Mount Maunganui, circa 1950-60 - by Bonnie Leonard
SummaryA 2009 Memoir and Local History Competition entry.Main Body
Fifty odd years or more ago, the 'Mount' was a small seaside village made up of tiny shell-paved streets, fibrolite holiday shacks, cabins to rent, the Oceanside Hotel, and a handful of small local businesses who eked out a living servicing the needs of the locals.
Population about 900; in summer 20,000!
Tauranga sparkled across the waters of Pilot Bay, accessible by a ferry from Salisbury Wharf or braving the gravel road through Kairua/ Welcome Bay with more bends than a corkscrew. Even back then, there was a rivalry and independence about the Mount, which did not include needing Tauranga.
The locals included more than their fair share of characters. It seemed that like the beach that dominated the town, the tide of human life washed up its detritus at the end of this idyllic peninsula.
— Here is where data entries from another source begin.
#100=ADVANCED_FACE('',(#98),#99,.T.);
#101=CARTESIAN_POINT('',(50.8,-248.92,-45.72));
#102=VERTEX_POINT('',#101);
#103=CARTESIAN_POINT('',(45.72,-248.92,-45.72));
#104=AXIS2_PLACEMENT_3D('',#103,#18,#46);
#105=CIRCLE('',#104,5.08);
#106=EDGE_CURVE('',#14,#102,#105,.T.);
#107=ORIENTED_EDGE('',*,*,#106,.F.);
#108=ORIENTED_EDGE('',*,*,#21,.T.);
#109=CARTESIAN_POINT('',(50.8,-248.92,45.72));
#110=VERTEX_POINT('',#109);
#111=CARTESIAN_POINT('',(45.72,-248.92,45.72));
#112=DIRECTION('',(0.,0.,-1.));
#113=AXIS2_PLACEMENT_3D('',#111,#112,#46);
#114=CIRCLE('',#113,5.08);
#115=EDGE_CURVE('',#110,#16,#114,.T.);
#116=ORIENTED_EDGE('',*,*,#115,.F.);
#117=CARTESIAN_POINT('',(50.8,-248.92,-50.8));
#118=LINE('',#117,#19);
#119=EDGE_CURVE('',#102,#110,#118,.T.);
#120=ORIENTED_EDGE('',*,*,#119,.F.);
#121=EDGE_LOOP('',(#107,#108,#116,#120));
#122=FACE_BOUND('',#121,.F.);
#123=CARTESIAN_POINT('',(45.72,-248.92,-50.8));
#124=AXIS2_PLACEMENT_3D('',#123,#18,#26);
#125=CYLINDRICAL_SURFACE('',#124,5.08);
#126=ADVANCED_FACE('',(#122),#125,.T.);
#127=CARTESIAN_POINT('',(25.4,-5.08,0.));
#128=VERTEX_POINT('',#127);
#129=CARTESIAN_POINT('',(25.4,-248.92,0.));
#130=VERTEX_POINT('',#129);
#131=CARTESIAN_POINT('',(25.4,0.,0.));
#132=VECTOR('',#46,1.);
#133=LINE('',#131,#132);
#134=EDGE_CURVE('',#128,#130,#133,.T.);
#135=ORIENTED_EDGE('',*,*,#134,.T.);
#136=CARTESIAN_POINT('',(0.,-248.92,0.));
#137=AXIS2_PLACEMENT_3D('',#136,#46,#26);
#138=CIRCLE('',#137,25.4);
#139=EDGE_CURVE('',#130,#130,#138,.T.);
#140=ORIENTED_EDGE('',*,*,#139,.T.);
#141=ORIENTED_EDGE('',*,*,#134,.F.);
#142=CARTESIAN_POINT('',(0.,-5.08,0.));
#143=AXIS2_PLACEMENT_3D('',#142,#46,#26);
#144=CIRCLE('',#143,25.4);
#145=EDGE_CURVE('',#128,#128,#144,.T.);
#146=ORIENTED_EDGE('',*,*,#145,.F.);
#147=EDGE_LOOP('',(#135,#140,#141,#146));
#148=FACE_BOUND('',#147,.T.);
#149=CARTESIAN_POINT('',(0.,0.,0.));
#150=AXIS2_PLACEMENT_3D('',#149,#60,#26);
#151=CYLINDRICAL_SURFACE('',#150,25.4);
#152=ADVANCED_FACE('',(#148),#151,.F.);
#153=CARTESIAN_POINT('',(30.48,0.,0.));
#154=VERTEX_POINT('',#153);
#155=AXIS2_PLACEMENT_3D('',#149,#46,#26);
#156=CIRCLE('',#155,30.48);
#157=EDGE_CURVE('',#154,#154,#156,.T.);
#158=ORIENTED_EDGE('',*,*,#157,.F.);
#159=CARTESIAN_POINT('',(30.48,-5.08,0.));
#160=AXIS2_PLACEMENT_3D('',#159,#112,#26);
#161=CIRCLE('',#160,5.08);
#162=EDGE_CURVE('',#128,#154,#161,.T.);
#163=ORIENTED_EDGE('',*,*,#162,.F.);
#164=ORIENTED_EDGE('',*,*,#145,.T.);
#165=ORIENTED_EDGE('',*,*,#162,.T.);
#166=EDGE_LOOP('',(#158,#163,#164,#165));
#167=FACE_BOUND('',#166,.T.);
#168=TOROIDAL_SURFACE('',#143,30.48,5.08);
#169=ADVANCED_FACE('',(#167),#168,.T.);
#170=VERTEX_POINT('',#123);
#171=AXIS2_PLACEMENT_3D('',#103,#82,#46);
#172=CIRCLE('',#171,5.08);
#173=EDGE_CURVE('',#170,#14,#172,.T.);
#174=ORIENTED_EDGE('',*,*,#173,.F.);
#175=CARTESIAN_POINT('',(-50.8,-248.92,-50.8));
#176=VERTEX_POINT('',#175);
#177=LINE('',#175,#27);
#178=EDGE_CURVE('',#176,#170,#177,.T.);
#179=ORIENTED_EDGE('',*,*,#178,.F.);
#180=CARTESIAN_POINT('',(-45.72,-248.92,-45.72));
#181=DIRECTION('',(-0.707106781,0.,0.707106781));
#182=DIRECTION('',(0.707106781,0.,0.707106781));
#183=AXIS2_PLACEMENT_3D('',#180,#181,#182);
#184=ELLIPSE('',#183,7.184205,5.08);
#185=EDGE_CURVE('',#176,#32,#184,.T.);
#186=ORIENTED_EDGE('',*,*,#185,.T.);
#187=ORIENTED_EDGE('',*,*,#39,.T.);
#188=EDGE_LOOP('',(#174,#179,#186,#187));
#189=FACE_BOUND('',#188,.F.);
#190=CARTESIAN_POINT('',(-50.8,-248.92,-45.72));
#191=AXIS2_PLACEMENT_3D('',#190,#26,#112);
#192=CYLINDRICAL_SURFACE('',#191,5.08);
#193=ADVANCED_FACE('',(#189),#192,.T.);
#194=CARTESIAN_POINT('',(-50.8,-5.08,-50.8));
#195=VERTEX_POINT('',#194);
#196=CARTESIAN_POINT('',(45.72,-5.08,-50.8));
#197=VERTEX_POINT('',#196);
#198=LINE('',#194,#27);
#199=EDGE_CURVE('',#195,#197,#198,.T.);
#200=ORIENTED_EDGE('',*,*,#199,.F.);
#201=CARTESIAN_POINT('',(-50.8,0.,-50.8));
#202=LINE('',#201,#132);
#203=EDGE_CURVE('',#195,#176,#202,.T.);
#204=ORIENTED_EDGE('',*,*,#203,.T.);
Alcoholics, the war-damaged, the crazed, deluded and eccentric all added their splash of colour to the fabric of the small community and were accepted, not judged, and labelled accordingly.
One such character was 'Dog Tits', a crude but apt name for a short, elderly lady who had the habit of keeping her Chihuahuas stuffed down the front of her dress. She spoke in a very refined English accent, was always seen in dun-coloured shapeless dresses, with a large handbag under her arm, and shuffling along in backless slippers, a crocheted hair netover her greying, once-auburn locks pulled down to eyebrow level, and a magnificent amber necklace adorning her ample chest.
Fact became blurred with fiction as to the number of dogs she owned, but my only encounter with her vouched for three. She entered the local dairy to buy milk, depositing her large bag on the counter, and disturbed by this action, a tiny head popped out of the abyss of her bosom, followed by two others in quick succession. I was riveted, as she calmly stuffed them back out of sight, counted out her pennies and shuffled out to the battered little Austin car where her husband waited as he always did when they went shopping.
I never knew who she was, her history or where she lived but I can see her still as part of the colouful Mount mosaic. As the dairy owner said to me, noting my blatant curiosity, “She's a lovely lady, just a bit concentric!”